Most of the PCMs used in applications are solid–liquid PCMs storing heat in repeated melting and crystallisation processes [1]. Among the common PCM material classes, salt hydrates offer the highest volumetric enthalpy changes between 0 °C and 100 °C. A variety of salt hydrates [2], [3] and mixtures of salt hydrates with salt hydrates [4], [5] has been investigated. However, salt hydrates are often corrosive [6] and phase separation may occur upon cycling. Guion et al. [7] stated the existence of a linear correlation between the molar melting enthalpy Δh_m of salt hydrates and the number of water molecules n per salt molecule. This correlation indicates that the high melting enthalpies of salt hydrates are primarily caused by the high melting enthalpy of water. Organic PCMs like paraffins or fatty acids usually have smaller volumetric enthalpy changes than salt hydrates, but corrosion or phase separation is generally less problematic [8], [9].

Combining the advantages of inorganic and organic PCMs gives rise to look for organic hydrates as novel PCMs. The formation of hydrates was observed for binary mixtures of alcohol and water [10], [11] as well as sugar and water [12], [13]. Mixtures of dihydric alcohols (diols) and water exhibited hydrates with high melting enthalpies [14], [15]. For the diol pinacone (pinacol, 2,3-dimethyl-2,3-butandiol), the existence of a monohydrate (solidification temperature T_s = 41.3 °C) and a hexahydrate (T_s = 45.4 °C) was reported by Pushin and Glagoleva [16]. Priest et al. [17] reported a high value of 299 J/g for the melting enthalpy of pinacone hexahydrate. According to Hao et al. [18], “pinacol appears to be an unexceptional small molecule” and its hexahydrate forms a clathrate structure.
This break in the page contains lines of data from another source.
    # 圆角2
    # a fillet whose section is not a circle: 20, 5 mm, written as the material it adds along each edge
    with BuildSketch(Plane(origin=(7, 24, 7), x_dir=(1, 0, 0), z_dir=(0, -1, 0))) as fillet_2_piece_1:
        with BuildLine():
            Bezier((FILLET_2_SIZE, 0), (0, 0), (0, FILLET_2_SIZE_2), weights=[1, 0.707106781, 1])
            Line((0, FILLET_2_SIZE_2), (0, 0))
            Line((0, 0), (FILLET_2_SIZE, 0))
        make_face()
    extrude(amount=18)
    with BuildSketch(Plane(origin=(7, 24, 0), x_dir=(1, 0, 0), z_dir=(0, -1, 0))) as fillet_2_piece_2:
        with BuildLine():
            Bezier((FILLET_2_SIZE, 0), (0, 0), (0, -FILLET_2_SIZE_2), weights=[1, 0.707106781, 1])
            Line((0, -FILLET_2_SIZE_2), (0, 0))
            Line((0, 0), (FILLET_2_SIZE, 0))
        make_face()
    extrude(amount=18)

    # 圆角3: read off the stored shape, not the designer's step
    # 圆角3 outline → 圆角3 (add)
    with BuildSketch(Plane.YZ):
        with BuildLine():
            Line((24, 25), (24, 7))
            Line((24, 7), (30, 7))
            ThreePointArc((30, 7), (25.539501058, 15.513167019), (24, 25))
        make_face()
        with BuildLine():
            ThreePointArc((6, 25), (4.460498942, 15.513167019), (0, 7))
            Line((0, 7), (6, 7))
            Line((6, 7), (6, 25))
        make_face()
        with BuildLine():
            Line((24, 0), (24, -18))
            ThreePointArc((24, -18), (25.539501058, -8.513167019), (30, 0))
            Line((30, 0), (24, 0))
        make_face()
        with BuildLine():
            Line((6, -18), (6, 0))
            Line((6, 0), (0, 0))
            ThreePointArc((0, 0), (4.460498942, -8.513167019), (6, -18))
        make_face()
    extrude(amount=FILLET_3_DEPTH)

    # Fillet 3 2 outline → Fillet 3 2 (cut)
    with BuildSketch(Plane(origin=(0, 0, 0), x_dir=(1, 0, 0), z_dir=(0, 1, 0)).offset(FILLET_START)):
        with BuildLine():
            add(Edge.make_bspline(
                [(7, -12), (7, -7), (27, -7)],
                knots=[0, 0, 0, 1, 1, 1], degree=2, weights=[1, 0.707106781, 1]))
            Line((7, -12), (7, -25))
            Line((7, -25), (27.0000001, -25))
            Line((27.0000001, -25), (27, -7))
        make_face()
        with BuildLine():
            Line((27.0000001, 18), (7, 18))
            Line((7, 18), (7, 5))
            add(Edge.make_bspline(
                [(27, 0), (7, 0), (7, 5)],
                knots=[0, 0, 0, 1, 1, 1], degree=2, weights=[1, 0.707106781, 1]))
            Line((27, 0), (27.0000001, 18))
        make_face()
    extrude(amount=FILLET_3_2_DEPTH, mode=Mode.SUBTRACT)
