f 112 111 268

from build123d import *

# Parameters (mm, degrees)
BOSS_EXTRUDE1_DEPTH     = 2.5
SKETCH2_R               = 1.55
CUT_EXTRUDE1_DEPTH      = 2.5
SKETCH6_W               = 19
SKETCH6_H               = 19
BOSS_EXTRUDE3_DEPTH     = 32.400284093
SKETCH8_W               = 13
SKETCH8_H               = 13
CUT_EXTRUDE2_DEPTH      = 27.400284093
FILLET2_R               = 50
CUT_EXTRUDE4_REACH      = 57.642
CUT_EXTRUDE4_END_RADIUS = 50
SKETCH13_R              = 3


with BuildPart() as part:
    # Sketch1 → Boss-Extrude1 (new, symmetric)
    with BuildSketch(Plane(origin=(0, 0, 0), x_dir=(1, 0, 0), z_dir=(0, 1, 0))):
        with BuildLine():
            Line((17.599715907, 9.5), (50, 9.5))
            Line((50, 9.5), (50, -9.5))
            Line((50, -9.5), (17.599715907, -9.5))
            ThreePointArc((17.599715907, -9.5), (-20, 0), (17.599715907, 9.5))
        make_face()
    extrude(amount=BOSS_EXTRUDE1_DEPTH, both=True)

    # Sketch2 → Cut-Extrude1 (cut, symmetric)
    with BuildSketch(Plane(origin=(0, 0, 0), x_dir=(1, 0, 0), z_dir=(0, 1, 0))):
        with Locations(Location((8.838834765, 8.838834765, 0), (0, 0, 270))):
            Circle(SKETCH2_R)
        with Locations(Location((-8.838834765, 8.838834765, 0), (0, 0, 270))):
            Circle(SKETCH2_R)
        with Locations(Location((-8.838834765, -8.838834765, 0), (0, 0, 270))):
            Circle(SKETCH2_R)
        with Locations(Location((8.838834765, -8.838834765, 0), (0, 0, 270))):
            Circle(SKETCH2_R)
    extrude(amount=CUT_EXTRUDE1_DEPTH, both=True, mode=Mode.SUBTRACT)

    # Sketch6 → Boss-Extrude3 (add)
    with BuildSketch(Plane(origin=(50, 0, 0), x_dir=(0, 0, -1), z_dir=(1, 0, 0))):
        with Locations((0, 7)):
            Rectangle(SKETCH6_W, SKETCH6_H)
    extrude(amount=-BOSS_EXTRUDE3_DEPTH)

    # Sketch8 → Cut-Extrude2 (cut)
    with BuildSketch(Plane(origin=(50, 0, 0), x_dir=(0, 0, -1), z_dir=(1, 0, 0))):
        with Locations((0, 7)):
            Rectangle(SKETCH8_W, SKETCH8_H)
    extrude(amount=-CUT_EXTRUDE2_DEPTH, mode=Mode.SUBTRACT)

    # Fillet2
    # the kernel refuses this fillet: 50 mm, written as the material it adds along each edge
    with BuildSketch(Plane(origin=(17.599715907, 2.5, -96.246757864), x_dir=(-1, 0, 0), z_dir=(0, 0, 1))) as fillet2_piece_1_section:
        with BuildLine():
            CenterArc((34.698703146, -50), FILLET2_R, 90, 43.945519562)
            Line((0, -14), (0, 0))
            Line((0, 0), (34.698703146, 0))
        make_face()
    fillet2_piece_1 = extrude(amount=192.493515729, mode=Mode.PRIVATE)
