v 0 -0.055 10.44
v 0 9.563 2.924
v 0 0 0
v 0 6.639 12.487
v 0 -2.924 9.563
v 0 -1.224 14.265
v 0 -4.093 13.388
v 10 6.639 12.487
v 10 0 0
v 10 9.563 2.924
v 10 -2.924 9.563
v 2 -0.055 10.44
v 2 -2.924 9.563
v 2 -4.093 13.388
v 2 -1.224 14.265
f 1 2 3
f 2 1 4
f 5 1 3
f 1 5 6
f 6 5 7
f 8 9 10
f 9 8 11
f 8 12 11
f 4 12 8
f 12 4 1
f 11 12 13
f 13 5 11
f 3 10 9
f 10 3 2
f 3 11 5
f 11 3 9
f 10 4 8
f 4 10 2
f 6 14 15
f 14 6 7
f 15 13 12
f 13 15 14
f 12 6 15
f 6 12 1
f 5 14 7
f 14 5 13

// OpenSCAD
size = 10 ; rotation = 17 ; eps = 0.01 ; union () { rotate ([ rotation , 0 , 0 ]) cube ( size ); rotate ([ rotation , 0 , 0 ]) translate ([ 0 , 0 , size - eps ]) cube ([ 2 , 3 , 4 + eps ]); }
Contrary, Kim and Jeffrey [19] only stated a “family relationship” between the structure of the hexahydrate and typical clathrates. Despite the question whether pinacone hexahydrate is a clathrate or not, the phase change process, including both melting and crystallisation, has not been investigated sufficiently yet to assess its applicability as a PCM.

This study investigates the phase change behaviour of pinacone hexahydrate via calorimetric measurements and hence its applicability as a PCM. To assess the enthalpy change of pinacone hexahydrate, enthalpy curves of three PCMs from different material classes were measured: docosane (paraffin), lauric acid (fatty acid) and zinc nitrate tetrahydrate (salt hydrate). Those materials have similar melting temperatures as pinacone hexahydrate and offer among the highest enthalpy changes in that temperature range (cf. review published by Cabeza et al. [2]). For the determination of enthalpy curves, we performed combined differential scanning calorimetry (DSC) [20], [21], [22] and T-History [23], [24], [25] measurements. Using both techniques for the characterisation of PCMs, intrinsic material properties can be separated from properties of the measured sample. In addition, the dependence of the enthalpy curve on the sample size can be analysed and the behaviour of the bulk material in real applications can be estimated.

Since the enthalpy curve is the most important property for the selection of a suitable PCM for an application, this paper represents an appropriate basis to use pinacone hexahydrate in thermal energy storage applications. This paper does not aim at contributing to basic material research such as phase equilibrium studies, but aims at investigating the phase change behaviour of pinacone hexahydrate in a way that is suitable to design an efficient storage system.